Union Minister Jaipal Reddy says, the Centre proposes to increase its share of expenditure in public-private partnership metro rail projects in mega cities, report Jatin Gandhi and Madhusree Chatterjee.
Hindustan Times | By Jatin Gandhi/Madhusree Chatterjee, New Delhi
UPDATED ON OCT 28, 2007 02:17 AM IST

The Centre proposes to increase its share of expenditure in public-private partnership metro rail projects in mega cities, Union Minister for Urban Development S Jaipal Reddy told the HT Estates Conclave on Saturday.

“We are thinking of increasing the grant from the current 20 per cent to 30 per cent,” he said, adding that the state could pitch in with 10 per cent while the remaining majority funding would come from the private partner.

The minister said the papers for the proposed change have already been put up for Cabinet approval.

Reddy said it was for the first time in the world that a government was experimenting on the public-private partnership model for metro rail transport. The proposed model is for mega cities — Mumbai, Chennai, Hyderabad and Bangalore. “So far, Mumbai and Hyderabad have come forward to adopt the model.”

For smaller cities, Reddy said, the bus rapid transport system model appears more suitable. “It is also four times cheaper,” he said, adding that the country could not afford personalised transport beyond a point.
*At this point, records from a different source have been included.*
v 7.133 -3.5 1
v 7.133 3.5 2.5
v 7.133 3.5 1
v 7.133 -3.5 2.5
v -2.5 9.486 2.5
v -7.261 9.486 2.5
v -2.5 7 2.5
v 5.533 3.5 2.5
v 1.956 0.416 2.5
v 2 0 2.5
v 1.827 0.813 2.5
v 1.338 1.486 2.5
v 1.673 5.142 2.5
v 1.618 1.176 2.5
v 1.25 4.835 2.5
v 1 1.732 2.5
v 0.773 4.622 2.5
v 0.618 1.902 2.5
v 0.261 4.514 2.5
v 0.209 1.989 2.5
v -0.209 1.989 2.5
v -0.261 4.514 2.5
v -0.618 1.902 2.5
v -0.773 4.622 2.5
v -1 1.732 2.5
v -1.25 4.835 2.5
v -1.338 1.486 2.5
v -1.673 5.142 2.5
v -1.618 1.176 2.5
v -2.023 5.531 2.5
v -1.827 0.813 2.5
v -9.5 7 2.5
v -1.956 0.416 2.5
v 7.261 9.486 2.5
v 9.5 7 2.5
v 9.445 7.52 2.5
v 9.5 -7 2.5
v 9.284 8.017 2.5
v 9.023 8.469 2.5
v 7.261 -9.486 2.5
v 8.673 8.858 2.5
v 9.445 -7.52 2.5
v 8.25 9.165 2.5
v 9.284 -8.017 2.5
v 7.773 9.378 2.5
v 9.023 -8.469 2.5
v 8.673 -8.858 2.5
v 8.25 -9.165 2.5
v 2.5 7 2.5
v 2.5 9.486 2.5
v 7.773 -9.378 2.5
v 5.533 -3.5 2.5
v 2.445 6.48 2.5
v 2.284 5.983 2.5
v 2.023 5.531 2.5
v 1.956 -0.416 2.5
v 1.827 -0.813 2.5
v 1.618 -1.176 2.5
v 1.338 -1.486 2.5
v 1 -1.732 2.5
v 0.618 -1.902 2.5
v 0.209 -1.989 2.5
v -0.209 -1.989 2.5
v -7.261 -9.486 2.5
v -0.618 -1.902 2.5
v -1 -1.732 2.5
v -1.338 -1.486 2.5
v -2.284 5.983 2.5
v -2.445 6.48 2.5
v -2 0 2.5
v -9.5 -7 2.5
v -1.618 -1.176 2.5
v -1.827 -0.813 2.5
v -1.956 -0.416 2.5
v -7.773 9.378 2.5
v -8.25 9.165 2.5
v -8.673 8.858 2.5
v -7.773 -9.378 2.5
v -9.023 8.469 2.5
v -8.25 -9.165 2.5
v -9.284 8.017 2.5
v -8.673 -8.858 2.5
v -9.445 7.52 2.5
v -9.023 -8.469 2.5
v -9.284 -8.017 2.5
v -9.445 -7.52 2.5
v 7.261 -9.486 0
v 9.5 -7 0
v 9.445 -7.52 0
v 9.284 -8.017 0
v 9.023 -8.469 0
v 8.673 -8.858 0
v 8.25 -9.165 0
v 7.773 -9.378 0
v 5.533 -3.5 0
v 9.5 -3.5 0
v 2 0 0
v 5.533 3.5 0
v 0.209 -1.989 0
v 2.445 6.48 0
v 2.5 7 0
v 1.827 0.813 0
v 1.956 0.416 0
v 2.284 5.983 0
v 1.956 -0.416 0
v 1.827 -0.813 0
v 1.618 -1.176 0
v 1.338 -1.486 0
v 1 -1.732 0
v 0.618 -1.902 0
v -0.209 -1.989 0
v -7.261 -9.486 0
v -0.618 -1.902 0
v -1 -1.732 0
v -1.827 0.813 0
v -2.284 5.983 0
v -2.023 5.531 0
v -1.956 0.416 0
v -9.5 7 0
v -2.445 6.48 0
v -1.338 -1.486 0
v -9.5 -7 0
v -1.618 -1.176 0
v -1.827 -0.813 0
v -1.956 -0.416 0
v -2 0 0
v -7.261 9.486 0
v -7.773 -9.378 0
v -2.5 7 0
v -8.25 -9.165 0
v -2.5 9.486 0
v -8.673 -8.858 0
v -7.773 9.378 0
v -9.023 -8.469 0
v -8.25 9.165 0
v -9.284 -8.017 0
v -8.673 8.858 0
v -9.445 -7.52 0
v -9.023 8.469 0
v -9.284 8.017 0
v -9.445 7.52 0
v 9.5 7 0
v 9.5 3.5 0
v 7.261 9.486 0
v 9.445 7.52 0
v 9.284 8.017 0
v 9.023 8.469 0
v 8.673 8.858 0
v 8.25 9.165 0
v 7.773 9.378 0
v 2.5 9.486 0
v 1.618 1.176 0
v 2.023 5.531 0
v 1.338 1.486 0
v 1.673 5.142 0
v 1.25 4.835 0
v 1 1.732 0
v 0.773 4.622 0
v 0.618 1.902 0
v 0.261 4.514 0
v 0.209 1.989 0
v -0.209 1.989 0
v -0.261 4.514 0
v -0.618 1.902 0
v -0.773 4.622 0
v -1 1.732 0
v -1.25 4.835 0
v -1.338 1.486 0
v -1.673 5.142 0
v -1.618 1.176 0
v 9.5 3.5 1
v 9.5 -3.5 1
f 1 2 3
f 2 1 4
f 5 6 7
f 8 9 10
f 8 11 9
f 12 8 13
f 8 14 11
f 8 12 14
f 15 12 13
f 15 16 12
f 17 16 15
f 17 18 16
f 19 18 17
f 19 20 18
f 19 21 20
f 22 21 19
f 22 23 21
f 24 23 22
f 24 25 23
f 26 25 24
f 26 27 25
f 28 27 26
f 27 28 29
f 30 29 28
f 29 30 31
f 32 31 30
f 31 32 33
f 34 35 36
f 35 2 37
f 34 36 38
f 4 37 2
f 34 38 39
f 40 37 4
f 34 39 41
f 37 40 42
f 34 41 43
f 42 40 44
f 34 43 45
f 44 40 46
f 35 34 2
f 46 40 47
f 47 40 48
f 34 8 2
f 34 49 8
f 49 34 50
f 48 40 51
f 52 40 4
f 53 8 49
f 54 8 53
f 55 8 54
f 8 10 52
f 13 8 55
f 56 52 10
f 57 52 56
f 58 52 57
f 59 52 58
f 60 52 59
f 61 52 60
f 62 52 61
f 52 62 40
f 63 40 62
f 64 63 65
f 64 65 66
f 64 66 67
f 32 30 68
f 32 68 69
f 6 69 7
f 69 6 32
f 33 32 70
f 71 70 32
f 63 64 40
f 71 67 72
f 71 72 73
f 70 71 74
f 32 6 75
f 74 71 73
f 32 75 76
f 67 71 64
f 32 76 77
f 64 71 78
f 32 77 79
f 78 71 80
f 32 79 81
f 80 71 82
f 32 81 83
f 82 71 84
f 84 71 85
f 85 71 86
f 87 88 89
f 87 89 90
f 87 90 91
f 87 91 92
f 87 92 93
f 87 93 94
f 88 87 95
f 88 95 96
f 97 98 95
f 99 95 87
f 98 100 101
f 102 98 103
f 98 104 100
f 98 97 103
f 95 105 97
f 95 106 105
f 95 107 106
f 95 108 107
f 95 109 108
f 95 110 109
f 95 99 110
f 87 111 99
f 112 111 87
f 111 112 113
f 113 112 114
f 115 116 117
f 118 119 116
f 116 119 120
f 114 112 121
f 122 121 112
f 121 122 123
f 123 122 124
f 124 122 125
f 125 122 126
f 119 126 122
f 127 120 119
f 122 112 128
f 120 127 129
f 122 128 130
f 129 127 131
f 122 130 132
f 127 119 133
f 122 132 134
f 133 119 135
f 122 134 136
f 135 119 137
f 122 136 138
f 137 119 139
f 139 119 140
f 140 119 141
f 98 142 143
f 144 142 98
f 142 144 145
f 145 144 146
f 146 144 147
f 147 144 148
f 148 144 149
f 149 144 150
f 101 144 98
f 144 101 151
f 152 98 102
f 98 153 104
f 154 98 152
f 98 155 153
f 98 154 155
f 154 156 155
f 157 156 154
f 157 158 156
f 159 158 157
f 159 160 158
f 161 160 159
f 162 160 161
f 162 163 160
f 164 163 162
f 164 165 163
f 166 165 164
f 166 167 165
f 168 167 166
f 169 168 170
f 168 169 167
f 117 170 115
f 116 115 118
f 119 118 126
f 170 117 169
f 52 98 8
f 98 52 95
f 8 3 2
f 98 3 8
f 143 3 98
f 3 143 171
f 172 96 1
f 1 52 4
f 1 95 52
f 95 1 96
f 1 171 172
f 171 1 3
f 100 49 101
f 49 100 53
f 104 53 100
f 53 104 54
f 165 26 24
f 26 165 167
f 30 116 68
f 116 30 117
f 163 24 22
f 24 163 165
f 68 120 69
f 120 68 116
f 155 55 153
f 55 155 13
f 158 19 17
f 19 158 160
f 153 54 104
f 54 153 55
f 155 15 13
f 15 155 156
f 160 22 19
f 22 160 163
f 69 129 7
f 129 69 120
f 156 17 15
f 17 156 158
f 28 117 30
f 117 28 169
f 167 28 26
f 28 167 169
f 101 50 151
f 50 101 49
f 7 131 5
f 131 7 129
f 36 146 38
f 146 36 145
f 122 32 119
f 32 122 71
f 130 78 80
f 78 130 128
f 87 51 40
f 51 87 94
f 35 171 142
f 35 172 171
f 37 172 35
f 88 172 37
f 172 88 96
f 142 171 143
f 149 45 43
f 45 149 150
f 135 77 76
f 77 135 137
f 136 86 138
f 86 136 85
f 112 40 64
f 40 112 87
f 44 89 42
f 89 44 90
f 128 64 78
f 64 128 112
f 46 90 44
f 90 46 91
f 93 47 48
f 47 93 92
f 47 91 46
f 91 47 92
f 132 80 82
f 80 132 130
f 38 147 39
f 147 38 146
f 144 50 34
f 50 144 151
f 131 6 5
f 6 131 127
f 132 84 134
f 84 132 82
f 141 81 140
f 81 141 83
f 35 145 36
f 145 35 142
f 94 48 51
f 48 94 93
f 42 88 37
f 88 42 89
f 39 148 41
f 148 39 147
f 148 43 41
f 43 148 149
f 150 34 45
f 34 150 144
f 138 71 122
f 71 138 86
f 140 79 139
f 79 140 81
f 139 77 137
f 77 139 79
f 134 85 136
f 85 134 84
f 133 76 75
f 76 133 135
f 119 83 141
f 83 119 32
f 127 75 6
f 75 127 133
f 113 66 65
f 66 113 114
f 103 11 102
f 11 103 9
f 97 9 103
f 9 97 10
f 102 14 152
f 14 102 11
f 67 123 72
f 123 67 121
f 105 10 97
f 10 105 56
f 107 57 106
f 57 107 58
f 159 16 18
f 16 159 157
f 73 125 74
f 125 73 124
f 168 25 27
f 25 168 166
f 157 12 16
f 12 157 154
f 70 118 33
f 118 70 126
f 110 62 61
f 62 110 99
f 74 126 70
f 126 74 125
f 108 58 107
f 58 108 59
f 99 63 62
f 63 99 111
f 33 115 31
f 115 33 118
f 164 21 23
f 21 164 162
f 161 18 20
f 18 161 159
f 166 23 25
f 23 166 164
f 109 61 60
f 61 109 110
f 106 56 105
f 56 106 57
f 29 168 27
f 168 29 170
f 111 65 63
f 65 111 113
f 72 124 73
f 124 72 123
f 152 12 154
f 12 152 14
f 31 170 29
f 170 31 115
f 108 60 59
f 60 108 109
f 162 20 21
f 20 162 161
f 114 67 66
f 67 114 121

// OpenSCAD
WIDTH = 19;
HEIGHT = 19;
THICKNESS = 2.5;
CORNER_DIA = 5;

MOUNT_DIA = 4;

SLOT_WIDTH = 1.6;
SLOT_LENGTH = 7;
SLOT_GROOVE_THICKNESS = 1;

SLOT = true;

PASSTHROUGH_DIA = 5;

PASSTHROUGH = true;

$fn = 30;

module rounded_cube(width, height, thickness, corner_dia) {
    hull() {
        for(i = [-1, 1]) {
            for(j = [-1, 1]) {
                translate([i * (width - corner_dia)/2, j * (height - corner_dia)/2, 0])
                cylinder(d = corner_dia, h = thickness);
            }
        }
    }
}

module base() {
    rounded_cube(WIDTH, HEIGHT, THICKNESS, CORNER_DIA);
}

module mount_neg() {
    cylinder(d = MOUNT_DIA, h = THICKNESS);
}

module slot_neg() {
    union() {
        translate([-SLOT_WIDTH/2, -SLOT_LENGTH/2, 0])
        cube(size = [SLOT_WIDTH, SLOT_LENGTH, THICKNESS]);
        translate([-SLOT_WIDTH/2, -SLOT_LENGTH/2, 0])
        cube(size = [100000, SLOT_LENGTH, SLOT_GROOVE_THICKNESS]);
    }
}

module passthrough_neg() {
    union() {
        cylinder(d = PASSTHROUGH_DIA, h = THICKNESS);
        translate([-PASSTHROUGH_DIA/2, 0, 0])
        cube(size = [PASSTHROUGH_DIA, PASSTHROUGH_DIA, THICKNESS]);
    }
}

difference() {
    base();
    mount_neg();
    
    if(SLOT) {
        translate([HEIGHT/3, 0, 0])
        slot_neg();
    }
    
    if(PASSTHROUGH) {
        translate([0, (WIDTH-PASSTHROUGH_DIA)/2, 0])
        passthrough_neg();
    }
    
}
Reddy said the momentum of growth was gradually shifting from the Capital to the NCR “which had grown significantly and were acting as counter-magnets to attract the migrant population outside Delhi”. As a result, there has been a decline in the influx of migrants to Delhi.

“Let this conclave dream of slum-free metros,” Reddy said, setting the tenor of the HT Real Estate Conclave on Metros and Beyond: Pushing New Frontiers.

But that does not mean poor people have to live in miserable conditions. The minister said land could be made available in “better places to accommodate the poor people”.

The urban tide, according to the minister, is irreversible. In 1981, the country had 12 metros, which were cities with a population of more than 1 million. In 2001, the number rose to 35, and it is expected to double by 2025. Nearly 50 per cent of the world’s population lives in metros now.

Citing examples of the boom, Sanjay Chandra, the managing director of Unitech, said cities like Jodhpur and Barmer, where houses did not have sewers till a few years ago, are the new growth centres. “These towns are doing extremely well,” he said.

However, builders felt that the process of scrapping the urban land ceiling had to be made more effective on the ground to meet the gap between the huge demand and the supply to make homes cost-effective.